THE PROBLEM:
Output exactly the lines below, starting with the line that has "#294=AXIS2_PLACEMENT_3D('',#293,#43,#44);" and going on through the line that has "#302=FACE_BOUND('',#301,.T.);", both included, and no other lines.

*** Opening DATA LISTING ***

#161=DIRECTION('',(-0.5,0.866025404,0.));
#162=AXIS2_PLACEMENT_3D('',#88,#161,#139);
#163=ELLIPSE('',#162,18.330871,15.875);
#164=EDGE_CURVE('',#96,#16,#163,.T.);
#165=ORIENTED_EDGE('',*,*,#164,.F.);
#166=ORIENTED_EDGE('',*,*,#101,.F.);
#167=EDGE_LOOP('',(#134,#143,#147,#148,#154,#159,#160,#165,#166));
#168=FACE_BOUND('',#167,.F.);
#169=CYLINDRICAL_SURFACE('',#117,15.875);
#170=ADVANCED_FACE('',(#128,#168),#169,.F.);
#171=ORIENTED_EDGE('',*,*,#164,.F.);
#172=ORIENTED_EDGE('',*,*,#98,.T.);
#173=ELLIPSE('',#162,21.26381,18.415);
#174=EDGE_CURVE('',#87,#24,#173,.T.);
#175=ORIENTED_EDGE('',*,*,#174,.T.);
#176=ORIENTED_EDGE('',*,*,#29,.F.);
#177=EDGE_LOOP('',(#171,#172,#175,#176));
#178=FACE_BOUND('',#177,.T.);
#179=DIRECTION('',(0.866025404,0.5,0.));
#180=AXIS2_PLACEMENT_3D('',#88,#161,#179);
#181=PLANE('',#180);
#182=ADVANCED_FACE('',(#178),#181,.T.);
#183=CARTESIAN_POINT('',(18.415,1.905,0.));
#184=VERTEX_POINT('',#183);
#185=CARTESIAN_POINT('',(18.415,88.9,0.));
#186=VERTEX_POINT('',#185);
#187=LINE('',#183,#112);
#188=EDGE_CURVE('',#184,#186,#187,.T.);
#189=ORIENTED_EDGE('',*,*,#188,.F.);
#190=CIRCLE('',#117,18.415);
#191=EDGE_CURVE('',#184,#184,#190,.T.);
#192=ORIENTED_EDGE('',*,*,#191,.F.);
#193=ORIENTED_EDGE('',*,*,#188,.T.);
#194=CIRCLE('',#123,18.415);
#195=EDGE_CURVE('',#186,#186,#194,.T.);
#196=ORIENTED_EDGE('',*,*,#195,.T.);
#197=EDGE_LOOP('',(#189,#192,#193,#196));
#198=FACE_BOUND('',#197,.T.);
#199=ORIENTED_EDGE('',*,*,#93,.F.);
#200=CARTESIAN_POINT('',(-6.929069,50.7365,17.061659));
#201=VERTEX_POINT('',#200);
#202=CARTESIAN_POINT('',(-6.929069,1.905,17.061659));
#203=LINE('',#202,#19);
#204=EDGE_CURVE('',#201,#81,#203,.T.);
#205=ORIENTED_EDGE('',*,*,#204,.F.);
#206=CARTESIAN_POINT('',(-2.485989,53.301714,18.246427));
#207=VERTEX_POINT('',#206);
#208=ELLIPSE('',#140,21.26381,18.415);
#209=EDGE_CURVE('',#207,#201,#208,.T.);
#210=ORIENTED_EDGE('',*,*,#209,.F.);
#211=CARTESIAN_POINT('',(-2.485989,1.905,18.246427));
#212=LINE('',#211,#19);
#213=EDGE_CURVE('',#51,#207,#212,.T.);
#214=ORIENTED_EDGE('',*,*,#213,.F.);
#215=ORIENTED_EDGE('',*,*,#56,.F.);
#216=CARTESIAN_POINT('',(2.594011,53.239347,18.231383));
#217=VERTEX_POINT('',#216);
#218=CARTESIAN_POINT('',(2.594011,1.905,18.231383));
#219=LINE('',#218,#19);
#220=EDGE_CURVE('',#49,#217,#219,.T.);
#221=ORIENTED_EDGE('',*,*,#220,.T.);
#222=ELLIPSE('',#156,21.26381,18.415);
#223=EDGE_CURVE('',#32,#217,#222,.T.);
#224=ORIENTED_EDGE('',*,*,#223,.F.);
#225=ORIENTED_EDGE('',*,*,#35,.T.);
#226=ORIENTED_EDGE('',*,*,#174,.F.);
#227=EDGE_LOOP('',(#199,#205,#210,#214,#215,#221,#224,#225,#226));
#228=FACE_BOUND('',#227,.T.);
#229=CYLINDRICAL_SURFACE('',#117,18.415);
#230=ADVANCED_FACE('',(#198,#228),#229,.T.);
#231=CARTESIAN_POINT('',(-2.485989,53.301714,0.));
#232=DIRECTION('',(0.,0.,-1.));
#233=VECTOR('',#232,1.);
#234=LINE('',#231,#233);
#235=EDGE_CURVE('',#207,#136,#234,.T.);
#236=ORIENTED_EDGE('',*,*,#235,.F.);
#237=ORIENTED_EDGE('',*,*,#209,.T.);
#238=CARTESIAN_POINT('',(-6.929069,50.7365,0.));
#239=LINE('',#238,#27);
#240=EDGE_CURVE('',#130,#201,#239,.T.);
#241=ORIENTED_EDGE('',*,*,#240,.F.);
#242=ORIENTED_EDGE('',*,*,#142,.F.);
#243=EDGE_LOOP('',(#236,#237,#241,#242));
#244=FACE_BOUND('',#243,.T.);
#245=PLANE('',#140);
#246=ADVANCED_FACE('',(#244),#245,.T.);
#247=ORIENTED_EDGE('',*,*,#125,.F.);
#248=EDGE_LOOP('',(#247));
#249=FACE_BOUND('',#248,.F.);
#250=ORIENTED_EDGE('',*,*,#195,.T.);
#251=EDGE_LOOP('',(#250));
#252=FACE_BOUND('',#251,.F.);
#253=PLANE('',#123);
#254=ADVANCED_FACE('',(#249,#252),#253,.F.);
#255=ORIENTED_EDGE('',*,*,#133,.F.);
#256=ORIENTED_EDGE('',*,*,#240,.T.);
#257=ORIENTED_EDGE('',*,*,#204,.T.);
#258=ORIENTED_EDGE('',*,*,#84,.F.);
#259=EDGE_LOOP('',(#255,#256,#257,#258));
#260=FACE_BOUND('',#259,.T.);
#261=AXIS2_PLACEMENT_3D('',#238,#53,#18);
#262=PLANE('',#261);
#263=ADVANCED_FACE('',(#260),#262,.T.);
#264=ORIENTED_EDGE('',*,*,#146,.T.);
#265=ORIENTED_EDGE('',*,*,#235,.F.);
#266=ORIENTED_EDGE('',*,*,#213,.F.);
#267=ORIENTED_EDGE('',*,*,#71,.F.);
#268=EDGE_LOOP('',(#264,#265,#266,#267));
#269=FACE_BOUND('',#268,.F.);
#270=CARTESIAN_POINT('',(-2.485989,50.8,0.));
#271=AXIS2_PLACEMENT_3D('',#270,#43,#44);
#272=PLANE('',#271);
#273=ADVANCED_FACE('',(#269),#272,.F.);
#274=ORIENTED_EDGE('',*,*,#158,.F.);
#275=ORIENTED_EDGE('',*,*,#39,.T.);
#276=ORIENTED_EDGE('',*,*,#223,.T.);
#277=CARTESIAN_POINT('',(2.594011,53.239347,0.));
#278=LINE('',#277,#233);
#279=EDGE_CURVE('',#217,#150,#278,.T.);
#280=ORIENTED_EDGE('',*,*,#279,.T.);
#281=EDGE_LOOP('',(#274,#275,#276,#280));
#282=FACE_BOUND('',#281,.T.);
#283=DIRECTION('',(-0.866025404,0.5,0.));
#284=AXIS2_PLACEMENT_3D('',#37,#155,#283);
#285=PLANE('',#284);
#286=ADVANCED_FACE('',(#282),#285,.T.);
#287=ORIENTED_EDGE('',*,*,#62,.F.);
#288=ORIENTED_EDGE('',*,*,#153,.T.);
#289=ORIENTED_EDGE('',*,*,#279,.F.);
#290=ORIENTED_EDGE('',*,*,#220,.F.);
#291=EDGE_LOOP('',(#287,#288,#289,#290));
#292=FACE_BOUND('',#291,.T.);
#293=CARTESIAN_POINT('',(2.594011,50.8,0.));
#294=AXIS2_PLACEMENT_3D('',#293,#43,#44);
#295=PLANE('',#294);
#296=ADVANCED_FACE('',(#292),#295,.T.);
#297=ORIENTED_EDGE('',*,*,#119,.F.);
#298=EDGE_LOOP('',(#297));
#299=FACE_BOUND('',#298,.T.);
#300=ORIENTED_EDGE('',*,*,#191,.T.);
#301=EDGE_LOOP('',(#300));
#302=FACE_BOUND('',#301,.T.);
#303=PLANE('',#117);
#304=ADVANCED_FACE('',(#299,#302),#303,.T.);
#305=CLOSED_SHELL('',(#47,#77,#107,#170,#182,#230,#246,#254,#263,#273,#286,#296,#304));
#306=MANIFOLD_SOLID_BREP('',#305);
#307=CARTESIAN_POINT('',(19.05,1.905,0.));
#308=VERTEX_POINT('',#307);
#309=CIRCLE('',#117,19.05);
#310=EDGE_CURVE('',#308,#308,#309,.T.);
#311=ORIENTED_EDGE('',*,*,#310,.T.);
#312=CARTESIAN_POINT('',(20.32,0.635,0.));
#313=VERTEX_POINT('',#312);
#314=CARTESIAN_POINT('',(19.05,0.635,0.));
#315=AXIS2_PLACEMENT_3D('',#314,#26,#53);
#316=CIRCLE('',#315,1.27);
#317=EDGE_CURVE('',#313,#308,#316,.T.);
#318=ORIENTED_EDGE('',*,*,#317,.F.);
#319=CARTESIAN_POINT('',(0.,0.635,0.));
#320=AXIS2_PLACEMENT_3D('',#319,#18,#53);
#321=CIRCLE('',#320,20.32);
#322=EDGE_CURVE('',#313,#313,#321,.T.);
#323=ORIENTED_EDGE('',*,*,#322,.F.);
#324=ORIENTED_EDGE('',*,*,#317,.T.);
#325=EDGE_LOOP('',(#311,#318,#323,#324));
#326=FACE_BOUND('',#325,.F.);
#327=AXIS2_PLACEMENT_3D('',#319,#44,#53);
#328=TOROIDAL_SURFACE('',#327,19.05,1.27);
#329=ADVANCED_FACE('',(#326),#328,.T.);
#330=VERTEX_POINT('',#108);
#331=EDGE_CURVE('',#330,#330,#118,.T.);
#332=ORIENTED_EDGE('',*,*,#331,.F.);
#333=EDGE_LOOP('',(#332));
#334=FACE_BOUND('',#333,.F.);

*** Closing DATA LISTING ***

RESULT FOR THIS EXERCISE:
#294=AXIS2_PLACEMENT_3D('',#293,#43,#44);
#295=PLANE('',#294);
#296=ADVANCED_FACE('',(#292),#295,.T.);
#297=ORIENTED_EDGE('',*,*,#119,.F.);
#298=EDGE_LOOP('',(#297));
#299=FACE_BOUND('',#298,.T.);
#300=ORIENTED_EDGE('',*,*,#191,.T.);
#301=EDGE_LOOP('',(#300));
#302=FACE_BOUND('',#301,.T.);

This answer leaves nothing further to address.